For the data below, restate word for word only the lines from the line containing "f 327 331 247" through the line containing "circle A7 centre (0, -8) radius 1.25", both ends included.
--
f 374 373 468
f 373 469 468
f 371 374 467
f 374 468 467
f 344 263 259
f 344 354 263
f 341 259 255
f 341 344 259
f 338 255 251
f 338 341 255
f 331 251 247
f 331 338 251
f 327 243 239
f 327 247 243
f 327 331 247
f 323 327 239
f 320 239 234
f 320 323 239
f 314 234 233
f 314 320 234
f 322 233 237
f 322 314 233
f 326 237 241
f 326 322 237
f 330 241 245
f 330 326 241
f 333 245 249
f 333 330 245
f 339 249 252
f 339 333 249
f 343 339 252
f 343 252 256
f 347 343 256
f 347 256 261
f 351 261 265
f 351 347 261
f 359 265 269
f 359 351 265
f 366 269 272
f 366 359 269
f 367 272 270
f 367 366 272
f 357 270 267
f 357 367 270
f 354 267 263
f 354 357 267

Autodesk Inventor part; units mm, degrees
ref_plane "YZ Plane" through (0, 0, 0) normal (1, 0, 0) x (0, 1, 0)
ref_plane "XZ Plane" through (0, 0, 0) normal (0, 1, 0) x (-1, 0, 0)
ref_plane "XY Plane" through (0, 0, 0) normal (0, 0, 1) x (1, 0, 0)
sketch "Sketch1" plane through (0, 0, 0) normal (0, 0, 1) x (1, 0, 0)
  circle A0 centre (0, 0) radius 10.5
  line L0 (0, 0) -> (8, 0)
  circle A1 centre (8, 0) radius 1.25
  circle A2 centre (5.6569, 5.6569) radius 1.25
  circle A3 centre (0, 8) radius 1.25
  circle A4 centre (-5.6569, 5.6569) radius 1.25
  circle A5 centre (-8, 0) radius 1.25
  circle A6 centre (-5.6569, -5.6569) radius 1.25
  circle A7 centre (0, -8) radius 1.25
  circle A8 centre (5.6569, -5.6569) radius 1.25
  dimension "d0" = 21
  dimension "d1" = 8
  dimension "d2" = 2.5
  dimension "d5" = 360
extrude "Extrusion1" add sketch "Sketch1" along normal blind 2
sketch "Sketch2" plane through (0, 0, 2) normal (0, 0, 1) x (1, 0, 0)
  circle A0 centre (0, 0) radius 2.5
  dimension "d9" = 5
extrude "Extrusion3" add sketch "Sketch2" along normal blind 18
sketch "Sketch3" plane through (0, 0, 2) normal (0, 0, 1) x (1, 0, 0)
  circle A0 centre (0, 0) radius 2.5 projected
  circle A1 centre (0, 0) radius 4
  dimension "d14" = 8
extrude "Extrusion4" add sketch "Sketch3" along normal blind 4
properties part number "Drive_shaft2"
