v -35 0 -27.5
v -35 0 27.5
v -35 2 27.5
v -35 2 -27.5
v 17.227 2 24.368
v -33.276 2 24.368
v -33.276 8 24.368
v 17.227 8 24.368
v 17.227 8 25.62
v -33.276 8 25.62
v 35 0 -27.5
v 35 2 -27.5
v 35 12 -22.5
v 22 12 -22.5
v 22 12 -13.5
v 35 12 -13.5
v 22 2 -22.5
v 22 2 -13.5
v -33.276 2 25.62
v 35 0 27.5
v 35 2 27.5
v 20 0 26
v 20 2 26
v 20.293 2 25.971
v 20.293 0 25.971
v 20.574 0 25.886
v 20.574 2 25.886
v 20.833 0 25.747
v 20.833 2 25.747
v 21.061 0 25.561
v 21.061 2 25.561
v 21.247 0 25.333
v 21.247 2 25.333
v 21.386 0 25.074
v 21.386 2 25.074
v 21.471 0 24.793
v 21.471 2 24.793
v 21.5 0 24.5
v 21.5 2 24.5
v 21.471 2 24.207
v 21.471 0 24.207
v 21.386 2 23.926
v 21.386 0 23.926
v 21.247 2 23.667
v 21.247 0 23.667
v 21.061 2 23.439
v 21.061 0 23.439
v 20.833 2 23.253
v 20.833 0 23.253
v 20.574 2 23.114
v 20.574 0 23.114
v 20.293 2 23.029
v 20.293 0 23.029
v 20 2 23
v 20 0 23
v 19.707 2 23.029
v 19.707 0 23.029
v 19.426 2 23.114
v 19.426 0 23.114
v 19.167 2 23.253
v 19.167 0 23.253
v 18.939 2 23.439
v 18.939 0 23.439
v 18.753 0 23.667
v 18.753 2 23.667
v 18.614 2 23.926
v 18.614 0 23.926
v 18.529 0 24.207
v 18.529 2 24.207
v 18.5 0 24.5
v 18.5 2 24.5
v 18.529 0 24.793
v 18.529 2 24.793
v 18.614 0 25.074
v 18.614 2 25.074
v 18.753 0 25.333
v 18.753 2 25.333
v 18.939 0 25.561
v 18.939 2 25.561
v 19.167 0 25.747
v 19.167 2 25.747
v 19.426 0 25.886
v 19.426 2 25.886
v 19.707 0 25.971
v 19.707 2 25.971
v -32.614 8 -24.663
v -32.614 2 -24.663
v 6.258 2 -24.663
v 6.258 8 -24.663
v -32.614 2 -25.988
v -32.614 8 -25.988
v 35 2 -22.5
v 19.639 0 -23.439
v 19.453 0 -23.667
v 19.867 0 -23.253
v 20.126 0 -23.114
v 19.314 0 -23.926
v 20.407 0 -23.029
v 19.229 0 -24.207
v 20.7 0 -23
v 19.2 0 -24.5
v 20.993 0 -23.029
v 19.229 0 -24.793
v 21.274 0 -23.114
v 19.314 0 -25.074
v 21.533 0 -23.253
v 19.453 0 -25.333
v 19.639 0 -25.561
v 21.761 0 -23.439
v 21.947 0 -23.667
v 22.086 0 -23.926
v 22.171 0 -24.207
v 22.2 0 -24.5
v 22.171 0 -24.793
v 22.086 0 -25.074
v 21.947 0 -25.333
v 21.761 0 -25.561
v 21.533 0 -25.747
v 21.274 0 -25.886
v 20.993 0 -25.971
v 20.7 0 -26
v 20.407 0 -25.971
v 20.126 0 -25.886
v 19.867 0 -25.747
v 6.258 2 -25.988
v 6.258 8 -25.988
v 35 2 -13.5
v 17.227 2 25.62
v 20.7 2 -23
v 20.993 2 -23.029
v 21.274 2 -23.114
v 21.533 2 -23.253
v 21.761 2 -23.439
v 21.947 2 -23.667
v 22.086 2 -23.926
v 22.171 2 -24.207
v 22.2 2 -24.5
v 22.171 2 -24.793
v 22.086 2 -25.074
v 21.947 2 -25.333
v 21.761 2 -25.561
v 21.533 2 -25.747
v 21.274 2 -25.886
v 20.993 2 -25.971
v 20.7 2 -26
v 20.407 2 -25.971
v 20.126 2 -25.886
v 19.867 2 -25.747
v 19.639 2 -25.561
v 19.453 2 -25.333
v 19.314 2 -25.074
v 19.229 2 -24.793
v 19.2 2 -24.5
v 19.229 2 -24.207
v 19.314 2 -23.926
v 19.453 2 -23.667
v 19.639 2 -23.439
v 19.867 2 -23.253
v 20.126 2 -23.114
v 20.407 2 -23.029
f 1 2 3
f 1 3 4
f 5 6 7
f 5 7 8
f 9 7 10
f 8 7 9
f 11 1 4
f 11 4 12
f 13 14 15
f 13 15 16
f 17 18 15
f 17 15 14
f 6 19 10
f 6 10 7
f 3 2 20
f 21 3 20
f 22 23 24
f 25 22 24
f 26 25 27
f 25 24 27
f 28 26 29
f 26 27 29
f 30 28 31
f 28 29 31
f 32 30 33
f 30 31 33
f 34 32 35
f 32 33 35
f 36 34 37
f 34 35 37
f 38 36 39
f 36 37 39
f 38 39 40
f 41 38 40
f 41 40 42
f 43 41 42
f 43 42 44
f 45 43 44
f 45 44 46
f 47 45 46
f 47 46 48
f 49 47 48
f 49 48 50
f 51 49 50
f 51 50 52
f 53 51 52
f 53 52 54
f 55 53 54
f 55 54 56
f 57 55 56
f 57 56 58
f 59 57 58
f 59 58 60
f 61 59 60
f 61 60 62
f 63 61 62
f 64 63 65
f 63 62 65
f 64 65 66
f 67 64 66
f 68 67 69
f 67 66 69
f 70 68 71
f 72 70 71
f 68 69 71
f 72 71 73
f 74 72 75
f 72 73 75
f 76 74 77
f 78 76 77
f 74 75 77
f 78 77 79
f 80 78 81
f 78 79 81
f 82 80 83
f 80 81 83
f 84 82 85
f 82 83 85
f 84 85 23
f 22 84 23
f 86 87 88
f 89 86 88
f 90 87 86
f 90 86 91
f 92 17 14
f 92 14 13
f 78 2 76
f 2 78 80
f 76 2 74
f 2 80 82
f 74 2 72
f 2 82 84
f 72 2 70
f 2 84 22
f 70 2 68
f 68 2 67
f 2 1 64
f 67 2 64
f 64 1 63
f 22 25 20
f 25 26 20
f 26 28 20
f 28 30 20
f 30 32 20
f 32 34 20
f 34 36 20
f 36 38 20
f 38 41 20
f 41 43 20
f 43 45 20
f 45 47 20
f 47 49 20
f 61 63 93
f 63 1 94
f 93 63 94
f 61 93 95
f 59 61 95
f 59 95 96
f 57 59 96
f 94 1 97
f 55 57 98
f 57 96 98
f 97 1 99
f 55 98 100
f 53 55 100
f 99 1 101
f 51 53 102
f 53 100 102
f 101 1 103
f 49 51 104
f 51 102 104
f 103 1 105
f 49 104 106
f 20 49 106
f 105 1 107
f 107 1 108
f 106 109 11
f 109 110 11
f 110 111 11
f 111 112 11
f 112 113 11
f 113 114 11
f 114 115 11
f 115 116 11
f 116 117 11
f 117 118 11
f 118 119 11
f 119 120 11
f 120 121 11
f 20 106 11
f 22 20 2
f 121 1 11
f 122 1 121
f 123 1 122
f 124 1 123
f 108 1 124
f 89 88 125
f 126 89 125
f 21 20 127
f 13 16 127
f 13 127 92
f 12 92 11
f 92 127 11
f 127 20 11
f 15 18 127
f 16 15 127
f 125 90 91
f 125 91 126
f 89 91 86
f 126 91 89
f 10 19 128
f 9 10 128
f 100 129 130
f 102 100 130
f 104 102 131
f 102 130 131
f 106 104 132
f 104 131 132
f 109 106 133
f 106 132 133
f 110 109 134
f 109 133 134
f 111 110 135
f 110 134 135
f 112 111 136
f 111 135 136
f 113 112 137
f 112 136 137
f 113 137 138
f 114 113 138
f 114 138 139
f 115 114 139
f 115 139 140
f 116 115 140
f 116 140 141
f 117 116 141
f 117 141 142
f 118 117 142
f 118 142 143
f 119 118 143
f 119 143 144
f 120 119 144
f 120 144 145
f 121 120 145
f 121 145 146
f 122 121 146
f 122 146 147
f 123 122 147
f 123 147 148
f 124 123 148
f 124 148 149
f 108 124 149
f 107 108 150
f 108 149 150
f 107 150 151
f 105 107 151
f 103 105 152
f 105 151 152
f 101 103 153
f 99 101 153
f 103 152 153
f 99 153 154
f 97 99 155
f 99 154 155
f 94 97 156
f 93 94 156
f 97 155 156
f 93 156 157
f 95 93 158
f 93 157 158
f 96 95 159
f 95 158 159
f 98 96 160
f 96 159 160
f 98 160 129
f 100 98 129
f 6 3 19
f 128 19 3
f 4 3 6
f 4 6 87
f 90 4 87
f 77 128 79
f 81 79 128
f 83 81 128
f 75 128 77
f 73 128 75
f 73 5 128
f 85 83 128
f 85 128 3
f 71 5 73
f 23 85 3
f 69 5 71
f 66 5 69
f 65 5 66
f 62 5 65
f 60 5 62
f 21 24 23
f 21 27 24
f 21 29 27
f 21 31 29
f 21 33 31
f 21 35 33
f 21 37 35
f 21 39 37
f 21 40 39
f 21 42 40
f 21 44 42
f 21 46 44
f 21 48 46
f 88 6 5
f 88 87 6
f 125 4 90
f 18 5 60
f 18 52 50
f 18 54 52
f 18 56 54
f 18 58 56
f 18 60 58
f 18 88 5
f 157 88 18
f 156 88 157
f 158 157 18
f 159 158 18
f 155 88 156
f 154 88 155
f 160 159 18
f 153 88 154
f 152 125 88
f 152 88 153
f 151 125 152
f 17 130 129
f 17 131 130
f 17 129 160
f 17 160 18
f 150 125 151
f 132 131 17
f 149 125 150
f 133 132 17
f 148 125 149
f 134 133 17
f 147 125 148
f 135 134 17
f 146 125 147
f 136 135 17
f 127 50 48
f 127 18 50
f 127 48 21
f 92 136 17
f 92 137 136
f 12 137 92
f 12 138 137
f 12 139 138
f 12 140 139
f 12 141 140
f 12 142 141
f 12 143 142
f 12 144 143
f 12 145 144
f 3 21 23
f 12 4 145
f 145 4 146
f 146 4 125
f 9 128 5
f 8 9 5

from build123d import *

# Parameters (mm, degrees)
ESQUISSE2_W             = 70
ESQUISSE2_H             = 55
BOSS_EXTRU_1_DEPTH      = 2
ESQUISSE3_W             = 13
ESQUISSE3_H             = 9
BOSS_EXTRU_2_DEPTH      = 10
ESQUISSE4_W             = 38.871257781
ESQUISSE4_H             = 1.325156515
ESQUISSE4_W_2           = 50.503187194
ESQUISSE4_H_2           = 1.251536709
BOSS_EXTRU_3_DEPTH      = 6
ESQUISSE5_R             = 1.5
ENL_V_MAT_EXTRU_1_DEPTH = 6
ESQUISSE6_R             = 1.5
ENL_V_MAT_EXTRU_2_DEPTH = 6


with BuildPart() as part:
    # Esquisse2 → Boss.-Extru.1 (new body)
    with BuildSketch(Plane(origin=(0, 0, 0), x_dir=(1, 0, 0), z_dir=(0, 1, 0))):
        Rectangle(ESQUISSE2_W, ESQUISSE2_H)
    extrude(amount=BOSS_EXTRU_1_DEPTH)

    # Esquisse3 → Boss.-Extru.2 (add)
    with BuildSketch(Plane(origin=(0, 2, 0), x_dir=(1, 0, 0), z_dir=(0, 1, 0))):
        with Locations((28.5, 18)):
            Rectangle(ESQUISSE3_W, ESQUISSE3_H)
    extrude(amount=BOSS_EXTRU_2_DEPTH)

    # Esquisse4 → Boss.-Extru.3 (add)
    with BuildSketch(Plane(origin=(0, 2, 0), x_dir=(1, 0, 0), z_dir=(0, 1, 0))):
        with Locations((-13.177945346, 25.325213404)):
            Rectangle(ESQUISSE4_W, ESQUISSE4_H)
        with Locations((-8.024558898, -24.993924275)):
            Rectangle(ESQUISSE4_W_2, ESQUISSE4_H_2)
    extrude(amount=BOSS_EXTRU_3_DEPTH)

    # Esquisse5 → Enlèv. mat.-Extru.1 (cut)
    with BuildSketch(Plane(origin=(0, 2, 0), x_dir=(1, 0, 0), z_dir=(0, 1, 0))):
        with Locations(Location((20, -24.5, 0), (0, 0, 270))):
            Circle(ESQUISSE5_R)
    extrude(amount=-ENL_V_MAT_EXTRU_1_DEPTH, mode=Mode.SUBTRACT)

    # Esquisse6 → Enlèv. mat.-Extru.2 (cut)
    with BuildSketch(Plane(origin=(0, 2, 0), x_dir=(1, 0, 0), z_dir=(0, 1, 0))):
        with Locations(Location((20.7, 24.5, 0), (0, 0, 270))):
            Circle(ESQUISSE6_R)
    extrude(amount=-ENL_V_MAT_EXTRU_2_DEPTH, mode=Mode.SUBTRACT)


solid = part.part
--
Expected answer:
f 327 331 247
f 323 327 239
f 320 239 234
f 320 323 239
f 314 234 233
f 314 320 234
f 322 233 237
f 322 314 233
f 326 237 241
f 326 322 237
f 330 241 245
f 330 326 241
f 333 245 249
f 333 330 245
f 339 249 252
f 339 333 249
f 343 339 252
f 343 252 256
f 347 343 256
f 347 256 261
f 351 261 265
f 351 347 261
f 359 265 269
f 359 351 265
f 366 269 272
f 366 359 269
f 367 272 270
f 367 366 272
f 357 270 267
f 357 367 270
f 354 267 263
f 354 357 267

Autodesk Inventor part; units mm, degrees
ref_plane "YZ Plane" through (0, 0, 0) normal (1, 0, 0) x (0, 1, 0)
ref_plane "XZ Plane" through (0, 0, 0) normal (0, 1, 0) x (-1, 0, 0)
ref_plane "XY Plane" through (0, 0, 0) normal (0, 0, 1) x (1, 0, 0)
sketch "Sketch1" plane through (0, 0, 0) normal (0, 0, 1) x (1, 0, 0)
  circle A0 centre (0, 0) radius 10.5
  line L0 (0, 0) -> (8, 0)
  circle A1 centre (8, 0) radius 1.25
  circle A2 centre (5.6569, 5.6569) radius 1.25
  circle A3 centre (0, 8) radius 1.25
  circle A4 centre (-5.6569, 5.6569) radius 1.25
  circle A5 centre (-8, 0) radius 1.25
  circle A6 centre (-5.6569, -5.6569) radius 1.25
  circle A7 centre (0, -8) radius 1.25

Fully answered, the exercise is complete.